Jack could relate. He rolled down the window and gave him a couple bucks for being honest.
“Bless you,” the guy said.
Jack’s “You’re welcome” caught in his throat. He’d suddenly noticed the green directional sign posted on the other side of the intersection:
MEDICAL EXAMINER’S OFFICE
, it read. The crushing reality had set in hours earlier, and Jack wasn’t headed back to the ME’s office. But the mere sight of the sign took the pain to another level, and the words just came out.
“Rene, I am so sorry.”
“Who you callin’ Rene?” said the homeless guy.
A horn blasted from behind. The light had turned green, and someone was in a hurry. Jack put the car in gear, followed the street to the parking garage, and walked across the courtyard to the hospital entrance. He met Ben Laramore in the ground-floor cafeteria, seated at the same table where, less than twenty-four hours before—it seemed so much longer—a process server had served them with the judge’s order to file the complaint under seal and keep the allegations confidential.
“I’m sorry about your friend,” said Laramore.
“Thank you for that,” said Jack.
“I feel even worse now that I realize you were trying to call me while all this was going on. I didn’t realize the number I was ignoring was your new phone.”
“Changing my number was the only way to stop the crazy calls I was getting. But don’t worry about it. I was the one who told you not to answer calls from numbers you don’t recognize.”
Laramore sighed deeply. “Is this story on the news yet?”
“So far it’s just local reports about a body found along Tamiami Trail. Once the next of kin is notified, something will need to be said about the fact that she worked here at Jackson. It’s not clear when the media will make the connection between Rene and me, but it doesn’t seem to take BNN long to connect anything to me. That’s not something you need to worry about, though.”

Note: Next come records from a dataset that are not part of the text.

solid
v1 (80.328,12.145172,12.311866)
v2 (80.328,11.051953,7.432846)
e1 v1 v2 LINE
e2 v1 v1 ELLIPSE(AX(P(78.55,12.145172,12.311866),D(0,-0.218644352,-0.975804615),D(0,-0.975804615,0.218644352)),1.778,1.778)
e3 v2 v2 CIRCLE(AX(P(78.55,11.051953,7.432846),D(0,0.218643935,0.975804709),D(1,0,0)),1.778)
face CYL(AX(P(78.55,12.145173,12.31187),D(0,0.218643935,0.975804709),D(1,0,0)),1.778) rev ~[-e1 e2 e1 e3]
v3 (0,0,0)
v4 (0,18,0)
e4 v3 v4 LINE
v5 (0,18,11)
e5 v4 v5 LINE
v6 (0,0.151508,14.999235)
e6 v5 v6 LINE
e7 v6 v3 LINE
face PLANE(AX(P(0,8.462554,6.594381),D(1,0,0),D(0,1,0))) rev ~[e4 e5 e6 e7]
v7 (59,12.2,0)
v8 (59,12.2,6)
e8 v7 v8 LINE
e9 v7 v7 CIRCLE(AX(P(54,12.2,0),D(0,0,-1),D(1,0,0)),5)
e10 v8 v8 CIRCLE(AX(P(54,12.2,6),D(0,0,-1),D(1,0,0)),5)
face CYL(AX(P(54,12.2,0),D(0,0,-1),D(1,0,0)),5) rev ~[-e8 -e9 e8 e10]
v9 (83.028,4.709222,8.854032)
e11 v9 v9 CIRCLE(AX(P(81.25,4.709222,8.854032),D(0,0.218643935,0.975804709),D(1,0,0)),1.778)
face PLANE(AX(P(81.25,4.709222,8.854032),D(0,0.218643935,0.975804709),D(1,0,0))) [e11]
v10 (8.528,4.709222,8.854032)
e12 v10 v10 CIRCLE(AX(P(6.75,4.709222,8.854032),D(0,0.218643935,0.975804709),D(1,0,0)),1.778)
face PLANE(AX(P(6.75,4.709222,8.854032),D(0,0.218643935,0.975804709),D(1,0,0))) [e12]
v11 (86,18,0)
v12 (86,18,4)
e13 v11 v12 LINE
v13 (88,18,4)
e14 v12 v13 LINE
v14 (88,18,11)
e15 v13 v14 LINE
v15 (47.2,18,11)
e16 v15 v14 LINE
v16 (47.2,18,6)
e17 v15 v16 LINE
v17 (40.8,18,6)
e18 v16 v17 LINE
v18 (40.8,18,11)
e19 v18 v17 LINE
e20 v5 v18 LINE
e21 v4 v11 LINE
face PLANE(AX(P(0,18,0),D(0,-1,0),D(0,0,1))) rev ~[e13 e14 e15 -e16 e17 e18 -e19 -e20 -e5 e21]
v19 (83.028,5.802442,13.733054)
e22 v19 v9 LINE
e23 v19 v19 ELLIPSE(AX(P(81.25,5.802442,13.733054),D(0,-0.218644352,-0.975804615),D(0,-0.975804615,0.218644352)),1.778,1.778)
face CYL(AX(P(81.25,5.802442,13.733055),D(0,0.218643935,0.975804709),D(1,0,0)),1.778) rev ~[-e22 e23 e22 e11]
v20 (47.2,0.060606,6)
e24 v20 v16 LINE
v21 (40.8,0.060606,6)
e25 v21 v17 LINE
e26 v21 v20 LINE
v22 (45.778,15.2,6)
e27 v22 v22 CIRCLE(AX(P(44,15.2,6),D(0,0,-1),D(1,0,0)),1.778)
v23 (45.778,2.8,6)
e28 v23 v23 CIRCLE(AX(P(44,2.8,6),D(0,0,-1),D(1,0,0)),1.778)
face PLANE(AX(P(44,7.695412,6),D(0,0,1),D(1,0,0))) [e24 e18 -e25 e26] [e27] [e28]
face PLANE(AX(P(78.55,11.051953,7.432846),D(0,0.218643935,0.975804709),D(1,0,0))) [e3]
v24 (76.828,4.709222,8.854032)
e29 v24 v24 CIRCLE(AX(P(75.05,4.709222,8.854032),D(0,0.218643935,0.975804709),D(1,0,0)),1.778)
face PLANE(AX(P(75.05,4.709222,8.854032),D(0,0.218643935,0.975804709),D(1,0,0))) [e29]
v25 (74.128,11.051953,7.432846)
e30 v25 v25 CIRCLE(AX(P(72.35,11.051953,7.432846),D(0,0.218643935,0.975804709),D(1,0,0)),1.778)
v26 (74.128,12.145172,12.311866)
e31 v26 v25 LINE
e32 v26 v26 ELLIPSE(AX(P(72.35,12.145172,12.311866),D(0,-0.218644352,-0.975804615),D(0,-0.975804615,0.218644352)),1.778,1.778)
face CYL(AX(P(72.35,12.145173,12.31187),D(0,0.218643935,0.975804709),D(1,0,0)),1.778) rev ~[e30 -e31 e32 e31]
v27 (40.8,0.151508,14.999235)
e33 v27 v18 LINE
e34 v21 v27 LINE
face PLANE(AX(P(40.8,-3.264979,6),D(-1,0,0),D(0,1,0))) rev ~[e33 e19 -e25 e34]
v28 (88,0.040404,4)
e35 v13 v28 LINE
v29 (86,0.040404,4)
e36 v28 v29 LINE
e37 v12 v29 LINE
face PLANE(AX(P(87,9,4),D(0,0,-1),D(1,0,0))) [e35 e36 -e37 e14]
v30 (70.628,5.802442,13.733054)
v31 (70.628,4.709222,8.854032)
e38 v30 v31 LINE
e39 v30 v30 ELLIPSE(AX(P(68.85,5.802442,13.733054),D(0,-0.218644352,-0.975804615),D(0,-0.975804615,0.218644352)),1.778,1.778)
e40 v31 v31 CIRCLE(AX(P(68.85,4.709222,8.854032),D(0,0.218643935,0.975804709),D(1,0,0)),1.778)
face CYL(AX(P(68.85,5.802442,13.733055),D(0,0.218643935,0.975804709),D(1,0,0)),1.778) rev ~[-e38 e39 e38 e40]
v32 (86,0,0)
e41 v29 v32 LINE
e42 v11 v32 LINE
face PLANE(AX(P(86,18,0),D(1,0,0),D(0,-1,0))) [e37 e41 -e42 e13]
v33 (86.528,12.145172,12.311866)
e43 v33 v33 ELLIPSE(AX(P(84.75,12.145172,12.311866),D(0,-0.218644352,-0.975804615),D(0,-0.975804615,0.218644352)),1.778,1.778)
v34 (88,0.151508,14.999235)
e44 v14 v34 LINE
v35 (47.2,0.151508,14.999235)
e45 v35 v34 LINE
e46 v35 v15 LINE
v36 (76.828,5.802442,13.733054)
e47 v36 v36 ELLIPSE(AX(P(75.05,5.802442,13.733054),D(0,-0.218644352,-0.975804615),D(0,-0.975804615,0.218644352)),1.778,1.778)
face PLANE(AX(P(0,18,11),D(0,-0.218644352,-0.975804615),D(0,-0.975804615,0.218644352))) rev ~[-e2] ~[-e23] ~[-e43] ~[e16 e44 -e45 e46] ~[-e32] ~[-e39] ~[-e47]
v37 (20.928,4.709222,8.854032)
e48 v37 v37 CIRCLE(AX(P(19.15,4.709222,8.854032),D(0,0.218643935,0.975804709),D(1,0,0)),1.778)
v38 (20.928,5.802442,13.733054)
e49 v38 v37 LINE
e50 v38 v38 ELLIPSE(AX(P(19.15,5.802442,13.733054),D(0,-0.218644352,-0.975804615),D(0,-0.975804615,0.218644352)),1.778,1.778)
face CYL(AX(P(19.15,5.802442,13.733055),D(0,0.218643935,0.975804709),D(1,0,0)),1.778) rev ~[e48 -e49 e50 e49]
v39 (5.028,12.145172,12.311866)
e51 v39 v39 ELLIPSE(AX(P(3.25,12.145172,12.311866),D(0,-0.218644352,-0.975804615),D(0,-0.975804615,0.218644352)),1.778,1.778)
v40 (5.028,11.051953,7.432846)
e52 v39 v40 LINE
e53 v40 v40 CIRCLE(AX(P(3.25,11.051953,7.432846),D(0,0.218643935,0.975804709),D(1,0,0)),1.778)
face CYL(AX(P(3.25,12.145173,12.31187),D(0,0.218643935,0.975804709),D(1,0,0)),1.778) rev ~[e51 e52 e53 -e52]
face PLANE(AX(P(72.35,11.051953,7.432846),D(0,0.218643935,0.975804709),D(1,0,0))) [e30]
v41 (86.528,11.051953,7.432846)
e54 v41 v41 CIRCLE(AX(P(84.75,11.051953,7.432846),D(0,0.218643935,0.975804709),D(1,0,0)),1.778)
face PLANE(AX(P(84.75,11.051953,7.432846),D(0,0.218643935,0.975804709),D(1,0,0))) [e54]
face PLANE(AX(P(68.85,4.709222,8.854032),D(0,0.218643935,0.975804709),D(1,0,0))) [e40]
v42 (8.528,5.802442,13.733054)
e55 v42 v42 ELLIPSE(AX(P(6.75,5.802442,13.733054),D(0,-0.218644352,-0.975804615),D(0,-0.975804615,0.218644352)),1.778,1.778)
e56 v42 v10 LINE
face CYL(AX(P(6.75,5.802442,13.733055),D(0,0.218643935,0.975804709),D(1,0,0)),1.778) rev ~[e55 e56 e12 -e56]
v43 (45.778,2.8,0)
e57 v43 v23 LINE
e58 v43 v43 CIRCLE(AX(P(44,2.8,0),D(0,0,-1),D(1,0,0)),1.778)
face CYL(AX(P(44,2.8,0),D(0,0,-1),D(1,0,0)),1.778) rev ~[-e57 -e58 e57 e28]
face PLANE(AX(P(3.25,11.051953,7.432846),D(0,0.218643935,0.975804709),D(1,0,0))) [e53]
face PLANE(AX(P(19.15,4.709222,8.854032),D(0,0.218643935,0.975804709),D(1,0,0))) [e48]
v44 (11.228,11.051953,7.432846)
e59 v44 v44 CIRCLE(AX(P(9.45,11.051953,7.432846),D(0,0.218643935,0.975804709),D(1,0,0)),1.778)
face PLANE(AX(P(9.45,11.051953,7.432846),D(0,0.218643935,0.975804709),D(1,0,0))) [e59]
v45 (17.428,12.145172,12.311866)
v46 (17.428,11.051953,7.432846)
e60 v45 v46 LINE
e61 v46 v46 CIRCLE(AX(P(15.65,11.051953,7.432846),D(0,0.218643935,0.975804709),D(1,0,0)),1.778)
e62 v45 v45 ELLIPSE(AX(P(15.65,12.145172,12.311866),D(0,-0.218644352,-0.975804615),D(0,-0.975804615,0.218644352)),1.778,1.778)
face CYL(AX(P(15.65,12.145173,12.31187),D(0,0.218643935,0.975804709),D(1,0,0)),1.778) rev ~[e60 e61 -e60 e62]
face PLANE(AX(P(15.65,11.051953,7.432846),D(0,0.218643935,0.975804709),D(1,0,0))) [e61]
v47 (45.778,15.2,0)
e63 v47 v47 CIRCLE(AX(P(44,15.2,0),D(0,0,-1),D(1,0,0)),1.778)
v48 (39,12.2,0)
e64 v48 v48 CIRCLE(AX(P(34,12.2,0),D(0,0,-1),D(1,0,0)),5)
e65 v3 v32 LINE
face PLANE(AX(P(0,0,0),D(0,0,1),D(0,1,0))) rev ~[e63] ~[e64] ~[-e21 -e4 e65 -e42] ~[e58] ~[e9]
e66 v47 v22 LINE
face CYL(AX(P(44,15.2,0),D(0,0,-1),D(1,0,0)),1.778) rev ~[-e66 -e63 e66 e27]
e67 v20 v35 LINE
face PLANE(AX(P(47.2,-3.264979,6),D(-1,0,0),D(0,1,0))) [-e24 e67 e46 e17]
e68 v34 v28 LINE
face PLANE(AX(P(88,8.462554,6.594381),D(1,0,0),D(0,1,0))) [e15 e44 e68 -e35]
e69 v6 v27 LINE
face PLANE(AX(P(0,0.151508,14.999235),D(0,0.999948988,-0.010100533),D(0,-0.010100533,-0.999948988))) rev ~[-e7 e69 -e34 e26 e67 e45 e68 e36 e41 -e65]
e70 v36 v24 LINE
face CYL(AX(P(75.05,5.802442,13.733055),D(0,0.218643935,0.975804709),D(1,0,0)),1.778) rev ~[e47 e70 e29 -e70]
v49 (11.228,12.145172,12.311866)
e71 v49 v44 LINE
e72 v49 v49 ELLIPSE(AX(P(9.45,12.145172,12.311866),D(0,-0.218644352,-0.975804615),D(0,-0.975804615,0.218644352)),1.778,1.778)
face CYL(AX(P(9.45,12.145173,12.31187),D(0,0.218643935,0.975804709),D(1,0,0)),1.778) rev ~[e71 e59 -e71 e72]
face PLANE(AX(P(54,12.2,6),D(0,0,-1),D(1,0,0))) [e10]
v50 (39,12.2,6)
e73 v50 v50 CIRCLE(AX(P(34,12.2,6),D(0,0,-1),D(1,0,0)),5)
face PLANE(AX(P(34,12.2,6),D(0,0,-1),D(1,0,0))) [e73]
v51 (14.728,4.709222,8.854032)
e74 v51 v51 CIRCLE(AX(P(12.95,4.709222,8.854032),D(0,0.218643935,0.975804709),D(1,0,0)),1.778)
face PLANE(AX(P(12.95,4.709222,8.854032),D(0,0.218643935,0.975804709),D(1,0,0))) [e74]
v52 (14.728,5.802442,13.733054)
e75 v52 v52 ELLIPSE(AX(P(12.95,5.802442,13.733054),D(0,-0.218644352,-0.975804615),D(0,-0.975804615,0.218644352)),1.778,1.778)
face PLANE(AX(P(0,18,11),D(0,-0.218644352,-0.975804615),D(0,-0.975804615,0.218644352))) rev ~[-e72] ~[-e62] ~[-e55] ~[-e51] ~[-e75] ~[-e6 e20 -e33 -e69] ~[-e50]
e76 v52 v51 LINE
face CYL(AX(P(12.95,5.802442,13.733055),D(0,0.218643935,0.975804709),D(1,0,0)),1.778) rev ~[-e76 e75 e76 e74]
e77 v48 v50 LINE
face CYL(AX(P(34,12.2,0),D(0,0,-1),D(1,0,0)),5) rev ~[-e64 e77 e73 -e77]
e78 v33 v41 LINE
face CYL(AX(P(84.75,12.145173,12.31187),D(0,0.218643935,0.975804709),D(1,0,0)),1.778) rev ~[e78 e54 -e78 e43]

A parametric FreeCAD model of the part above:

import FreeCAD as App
import Part
import Sketcher

V = App.Vector


def add_polygon(sketch, points):
    """Adds a closed chain of lines whose ends are joined by coincident constraints."""
    first, n = sketch.GeometryCount, len(points)
    for a, b in zip(points, points[1:] + points[:1]):
        sketch.addGeometry(Part.LineSegment(App.Vector(*a, 0), App.Vector(*b, 0)), False)
    for i in range(n):
        sketch.addConstraint(Sketcher.Constraint("Coincident", first + i, 2, first + (i + 1) % n, 1))

doc = App.newDocument("Part")
params = doc.addObject("Spreadsheet::Sheet", "Params")
for row, (alias, value) in enumerate([
    ("sketch1_width", "18 mm"),
    ("sketch1_height", "11 mm"),
    ("sketch1_length", "15 mm"),
    ("pad1_length", "88 mm"),
    ("pocket1_length", "5 mm"),
    ("pocket2_length", "11.627384 mm"),
    ("sketch4_width", "6.4 mm"),
    ("pocket3_length", "25 mm"),
    ("sketch5_diameter", "10 mm"),
    ("pocket4_length", "6 mm"),
    ("sketch6_width", "2 mm"),
    ("sketch6_height", "18 mm"),
    ("pocket5_length", "4 mm"),
], start=1):
    params.set(f"A{row}", alias)
    params.set(f"B{row}", "=" + value)
    params.setAlias(f"B{row}", alias)

body = doc.addObject("PartDesign::Body", "Body")

# Sketch on YZ plane
sketch1 = doc.addObject("Sketcher::SketchObject", "Sketch")
body.addObject(sketch1)
sketch1.AttachmentSupport = (doc.YZ_Plane, [""])
sketch1.MapMode = "FlatFace"
add_polygon(sketch1, [(0.151508, 14.999235), (0, 0), (18, 0), (18, 11)])  # lines 0-3
sketch1.addConstraint(Sketcher.Constraint("Horizontal", 1))
sketch1.addConstraint(Sketcher.Constraint("Vertical", 2))
sketch1.addConstraint(Sketcher.Constraint("Coincident", 0, 2, -1, 1))
sketch1.addConstraint(Sketcher.Constraint("DistanceX", 1, 1, 1, 2, 18.0))
sketch1.addConstraint(Sketcher.Constraint("DistanceY", 2, 1, 2, 2, 11.0))
sketch1.addConstraint(Sketcher.Constraint("Distance", 0, 15.0))
sketch1.addConstraint(Sketcher.Constraint("Distance", 3, 18.291051))
sketch1.setExpression("Constraints[7]", "Params.sketch1_width")
sketch1.setExpression("Constraints[8]", "Params.sketch1_height")
sketch1.setExpression("Constraints[9]", "Params.sketch1_length")
pad1 = doc.addObject("PartDesign::Pad", "Pad")
body.addObject(pad1)
pad1.Profile = sketch1
pad1.setExpression("Length", "Params.pad1_length")
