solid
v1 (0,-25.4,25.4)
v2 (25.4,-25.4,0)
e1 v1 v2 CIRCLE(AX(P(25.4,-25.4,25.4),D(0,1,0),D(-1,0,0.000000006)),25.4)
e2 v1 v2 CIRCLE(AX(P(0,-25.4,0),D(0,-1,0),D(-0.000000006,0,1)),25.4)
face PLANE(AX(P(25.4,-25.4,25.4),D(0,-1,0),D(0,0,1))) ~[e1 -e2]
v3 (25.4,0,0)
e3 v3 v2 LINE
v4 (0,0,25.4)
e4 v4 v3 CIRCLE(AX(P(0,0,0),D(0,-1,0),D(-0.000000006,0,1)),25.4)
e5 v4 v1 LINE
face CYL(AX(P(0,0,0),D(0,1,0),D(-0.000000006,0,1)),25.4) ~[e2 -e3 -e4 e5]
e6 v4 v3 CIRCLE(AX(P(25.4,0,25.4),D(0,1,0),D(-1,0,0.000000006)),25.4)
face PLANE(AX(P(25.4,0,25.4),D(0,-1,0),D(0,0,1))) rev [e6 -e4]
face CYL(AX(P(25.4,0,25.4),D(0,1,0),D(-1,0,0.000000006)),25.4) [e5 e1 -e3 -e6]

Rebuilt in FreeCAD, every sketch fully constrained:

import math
import FreeCAD as App
import Part
import Sketcher
Q = App.Units.Quantity

doc = App.newDocument("Part")
body = doc.addObject("PartDesign::Body", "Body")

# Sketch on XZ plane
sketch1 = body.newObject("Sketcher::SketchObject", "Sketch")
sketch1.AttachmentSupport = (doc.getObject("XZ_Plane"), [""])
sketch1.MapMode = "FlatFace"
sketch1.addGeometry([
    Part.LineSegment(App.Vector(25, 0, 0), App.Vector(0, 25, 0)),
    Part.ArcOfCircle(Part.Circle(App.Vector(0, 0, 0), App.Vector(0, 0, 1), 25), math.radians(90), math.radians(360)),
], False)
sketch1.addConstraint([
    Sketcher.Constraint("Coincident", 0, 1, 1, 2),
    Sketcher.Constraint("Coincident", 1, 1, 0, 2),
    Sketcher.Constraint("Coincident", 1, 3, -1, 1),
    Sketcher.Constraint("PointOnObject", 0, 1, -1),
    Sketcher.Constraint("PointOnObject", 1, 1, -2),
    Sketcher.Constraint("Radius", 1, Q("1 in")),
])
pad1 = body.newObject("PartDesign::Pad", "Pad")
pad1.Profile = sketch1
pad1.Length = Q("1 in")
body2 = doc.addObject("PartDesign::Body", "Body001")
doc.recompute()

body2.BaseFeature = body
doc.recompute()

mirroring = doc.addObject("Part::Mirroring", "Mirroring")
mirroring.Source = body
mirroring.Base = App.Vector(12.7, -12.7, 12.7)
mirroring.Normal = App.Vector(0.707106781, 0, 0.707106781)
body3 = doc.addObject("PartDesign::Body", "Body002")
body3.BaseFeature = mirroring
boolean = body2.newObject("PartDesign::Boolean", "Boolean")
boolean.Type = "Fuse"
boolean.addObjects([body3])
doc.recompute()
mirroring.Visibility = False

doc.recompute()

“I am worried. You said Rene was your source. She was the whole reason we knew about BNN’s interference and how it prevented the paramedics from transmitting information from the ambulance to the ER physicians. Don’t we lose that evidence now that she’s dead?”
“No. Rene was our source, not our witness. Everything she told me was hearsay. Even if she were alive, I’d need to subpoena the ER doctors, the paramedics—all the people who were actually involved in treating your daughter. Don’t worry. We’ll get all that. Nothing is lost.”
Laramore did a quick check around the cafeteria, as if to underscore the confidentiality of what he was about to say. “Do you think that’s why she got killed? Because she was the source?”
“No.”
Laramore paused, as if expecting Jack to say more. “That’s it, that’s your answer: ‘No’?”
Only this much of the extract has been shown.